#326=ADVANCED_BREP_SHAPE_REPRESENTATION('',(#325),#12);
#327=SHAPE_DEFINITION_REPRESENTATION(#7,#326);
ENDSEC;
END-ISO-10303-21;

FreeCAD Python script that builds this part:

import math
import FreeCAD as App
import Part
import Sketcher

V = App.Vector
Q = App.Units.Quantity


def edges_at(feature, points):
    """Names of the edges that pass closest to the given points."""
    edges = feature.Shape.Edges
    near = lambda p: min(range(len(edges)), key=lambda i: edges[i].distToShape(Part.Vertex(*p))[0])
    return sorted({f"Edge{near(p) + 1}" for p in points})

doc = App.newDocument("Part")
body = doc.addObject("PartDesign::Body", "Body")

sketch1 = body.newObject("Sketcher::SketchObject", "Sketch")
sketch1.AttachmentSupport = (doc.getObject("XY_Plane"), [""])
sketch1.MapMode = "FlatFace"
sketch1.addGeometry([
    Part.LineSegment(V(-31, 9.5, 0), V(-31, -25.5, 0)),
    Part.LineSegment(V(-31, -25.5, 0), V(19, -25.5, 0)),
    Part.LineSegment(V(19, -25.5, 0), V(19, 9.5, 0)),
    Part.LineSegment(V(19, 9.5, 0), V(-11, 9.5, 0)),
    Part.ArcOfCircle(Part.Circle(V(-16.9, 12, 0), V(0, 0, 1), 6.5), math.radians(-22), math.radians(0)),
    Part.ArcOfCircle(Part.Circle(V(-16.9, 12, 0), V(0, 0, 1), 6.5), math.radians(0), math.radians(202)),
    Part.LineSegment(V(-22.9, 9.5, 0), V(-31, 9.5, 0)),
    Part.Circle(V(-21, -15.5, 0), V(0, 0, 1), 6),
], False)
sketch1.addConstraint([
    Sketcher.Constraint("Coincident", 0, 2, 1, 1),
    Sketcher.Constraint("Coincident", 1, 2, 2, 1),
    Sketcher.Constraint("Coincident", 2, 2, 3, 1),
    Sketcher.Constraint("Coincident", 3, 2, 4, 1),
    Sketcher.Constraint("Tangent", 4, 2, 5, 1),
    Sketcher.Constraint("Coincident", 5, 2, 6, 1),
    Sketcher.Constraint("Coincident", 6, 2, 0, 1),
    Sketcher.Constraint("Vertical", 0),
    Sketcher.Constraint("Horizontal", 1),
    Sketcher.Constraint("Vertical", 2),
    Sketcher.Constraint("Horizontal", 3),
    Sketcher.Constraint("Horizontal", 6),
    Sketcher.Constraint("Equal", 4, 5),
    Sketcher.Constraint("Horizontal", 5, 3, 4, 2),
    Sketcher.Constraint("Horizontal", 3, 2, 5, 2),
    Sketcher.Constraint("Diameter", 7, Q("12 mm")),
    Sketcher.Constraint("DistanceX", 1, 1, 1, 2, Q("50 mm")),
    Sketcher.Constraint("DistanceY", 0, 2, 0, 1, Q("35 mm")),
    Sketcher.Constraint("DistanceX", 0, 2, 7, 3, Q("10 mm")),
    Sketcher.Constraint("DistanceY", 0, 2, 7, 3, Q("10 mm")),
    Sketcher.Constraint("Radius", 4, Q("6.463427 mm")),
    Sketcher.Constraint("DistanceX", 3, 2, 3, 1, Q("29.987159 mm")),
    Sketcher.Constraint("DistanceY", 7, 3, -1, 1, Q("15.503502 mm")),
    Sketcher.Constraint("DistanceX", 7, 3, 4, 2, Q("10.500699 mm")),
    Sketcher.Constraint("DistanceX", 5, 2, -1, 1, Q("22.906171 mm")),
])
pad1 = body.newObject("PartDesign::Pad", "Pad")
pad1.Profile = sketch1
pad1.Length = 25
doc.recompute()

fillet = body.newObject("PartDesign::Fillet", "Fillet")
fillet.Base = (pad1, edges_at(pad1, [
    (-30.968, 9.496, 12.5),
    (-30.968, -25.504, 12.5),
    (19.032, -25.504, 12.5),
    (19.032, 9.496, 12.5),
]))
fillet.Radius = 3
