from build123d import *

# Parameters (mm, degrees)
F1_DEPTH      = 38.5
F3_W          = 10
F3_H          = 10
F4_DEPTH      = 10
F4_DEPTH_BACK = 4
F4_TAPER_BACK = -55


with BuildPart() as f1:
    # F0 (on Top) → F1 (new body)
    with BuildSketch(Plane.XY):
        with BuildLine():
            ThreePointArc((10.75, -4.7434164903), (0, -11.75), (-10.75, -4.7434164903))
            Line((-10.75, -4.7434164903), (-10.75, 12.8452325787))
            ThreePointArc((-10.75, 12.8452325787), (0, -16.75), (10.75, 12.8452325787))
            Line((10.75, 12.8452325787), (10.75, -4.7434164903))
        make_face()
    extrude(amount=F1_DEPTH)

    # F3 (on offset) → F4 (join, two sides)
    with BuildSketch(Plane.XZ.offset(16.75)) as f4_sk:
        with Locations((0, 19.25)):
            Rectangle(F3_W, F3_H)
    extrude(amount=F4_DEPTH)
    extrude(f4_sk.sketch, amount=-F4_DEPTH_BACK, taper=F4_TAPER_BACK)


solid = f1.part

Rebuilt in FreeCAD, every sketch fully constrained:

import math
import FreeCAD as App
import Part
import Sketcher
from FreeCAD import Vector
Q = App.Units.Quantity


def add_polygon(sketch, points):
    """Adds a closed chain of lines whose ends are joined by coincident constraints."""
    first, n = sketch.GeometryCount, len(points)
    for a, b in zip(points, points[1:] + points[:1]):
        sketch.addGeometry(Part.LineSegment(App.Vector(*a, 0), App.Vector(*b, 0)), False)
    for i in range(n):
        sketch.addConstraint(Sketcher.Constraint("Coincident", first + i, 2, first + (i + 1) % n, 1))

doc = App.newDocument("Part")
params = doc.addObject("Spreadsheet::Sheet", "Params")
for row, (alias, value) in enumerate([
    ("sketch1_radius", "11.75 mm"),
    ("sketch1_radius2", "16.75 mm"),
    ("pad1_length", "38.5 mm"),
    ("sketch2_width", "10 mm"),
    ("pad2_length", "10 mm"),
    ("pad3_length", "4 mm"),
    ("pad3_taper", "55 deg"),
], start=1):
    params.set(f"A{row}", alias)
    params.set(f"B{row}", "=" + value)
    params.setAlias(f"B{row}", alias)

body = doc.addObject("PartDesign::Body", "Body")
body.AllowCompound = True

# Sketch on XY plane
sketch1 = doc.addObject("Sketcher::SketchObject", "Sketch")
body.addObject(sketch1)
sketch1.AttachmentSupport = (doc.XY_Plane, [""])
sketch1.MapMode = "FlatFace"
sketch1.addGeometry([
    Part.ArcOfCircle(Part.Circle(Vector(0, 0, 0), Vector(0, 0, 1), 12), math.radians(-156), math.radians(-24)),
    Part.LineSegment(Vector(-11, -5, 0), Vector(-11, 13, 0)),
    Part.ArcOfCircle(Part.Circle(Vector(0, 0, 0), Vector(0, 0, 1), 17), math.radians(130), math.radians(410)),
    Part.LineSegment(Vector(11, 13, 0), Vector(11, -5, 0)),
], False)
sketch1.addConstraint([
    Sketcher.Constraint("Coincident", 0, 1, 1, 1),
    Sketcher.Constraint("Coincident", 1, 2, 2, 1),
    Sketcher.Constraint("Coincident", 2, 2, 3, 1),
    Sketcher.Constraint("Coincident", 3, 2, 0, 2),
    Sketcher.Constraint("Vertical", 1),
    Sketcher.Constraint("Vertical", 3),
    Sketcher.Constraint("Coincident", 0, 3, -1, 1),
    Sketcher.Constraint("Coincident", 2, 3, -1, 1),
    Sketcher.Constraint("Horizontal", 1, 2, 2, 2),
    Sketcher.Constraint("Radius", 0, Q("11.75 mm")),
    Sketcher.Constraint("Radius", 2, Q("16.75 mm")),
    Sketcher.Constraint("DistanceX", 1, 2, 2, 2, Q("21.5 mm")),
])
sketch1.setExpression("Constraints[9]", "Params.sketch1_radius")
sketch1.setExpression("Constraints[10]", "Params.sketch1_radius2")
pad1 = doc.addObject("PartDesign::Pad", "Pad")
body.addObject(pad1)
pad1.Profile = sketch1
pad1.setExpression("Length", "Params.pad1_length")

# Sketch on XZ plane
sketch2 = doc.addObject("Sketcher::SketchObject", "Sketch001")
body.addObject(sketch2)
sketch2.AttachmentSupport = (doc.XZ_Plane, [""])
sketch2.MapMode = "FlatFace"
sketch2.AttachmentOffset = App.Placement(Vector(0, 0, 16.75), App.Rotation())
add_polygon(sketch2, [(-5, 24), (-5, 14), (5, 14), (5, 24)])  # lines 0-3
sketch2.addConstraint([
    Sketcher.Constraint("Vertical", 0),
    Sketcher.Constraint("Horizontal", 1),
    Sketcher.Constraint("Vertical", 2),
    Sketcher.Constraint("Horizontal", 3),
    Sketcher.Constraint("Equal", 3, 0),
    Sketcher.Constraint("DistanceX", 1, 1, 1, 2, Q("10 mm")),
    Sketcher.Constraint("DistanceX", 0, 2, -1, 1, Q("5 mm")),
    Sketcher.Constraint("DistanceY", -1, 1, 0, 2, Q("14.25 mm")),
])
sketch2.setExpression("Constraints[9]", "Params.sketch2_width")
pad2 = doc.addObject("PartDesign::Pad", "Pad001")
body.addObject(pad2)
pad2.Profile = sketch2
pad2.setExpression("Length", "Params.pad2_length")
pad3 = doc.addObject("PartDesign::Pad", "Pad002")
body.addObject(pad3)
pad3.Profile = sketch2
pad3.setExpression("Length", "Params.pad3_length")
pad3.Reversed = True
pad3.setExpression("TaperAngle", "Params.pad3_taper")

doc.recompute()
━━━━━━
_TASK ITEM_
Take from the material every line that holds "ThreePointArc".

_EXPECTED ANSWER_
            ThreePointArc((10.75, -4.7434164903), (0, -11.75), (-10.75, -4.7434164903))
            ThreePointArc((-10.75, 12.8452325787), (0, -16.75), (10.75, 12.8452325787))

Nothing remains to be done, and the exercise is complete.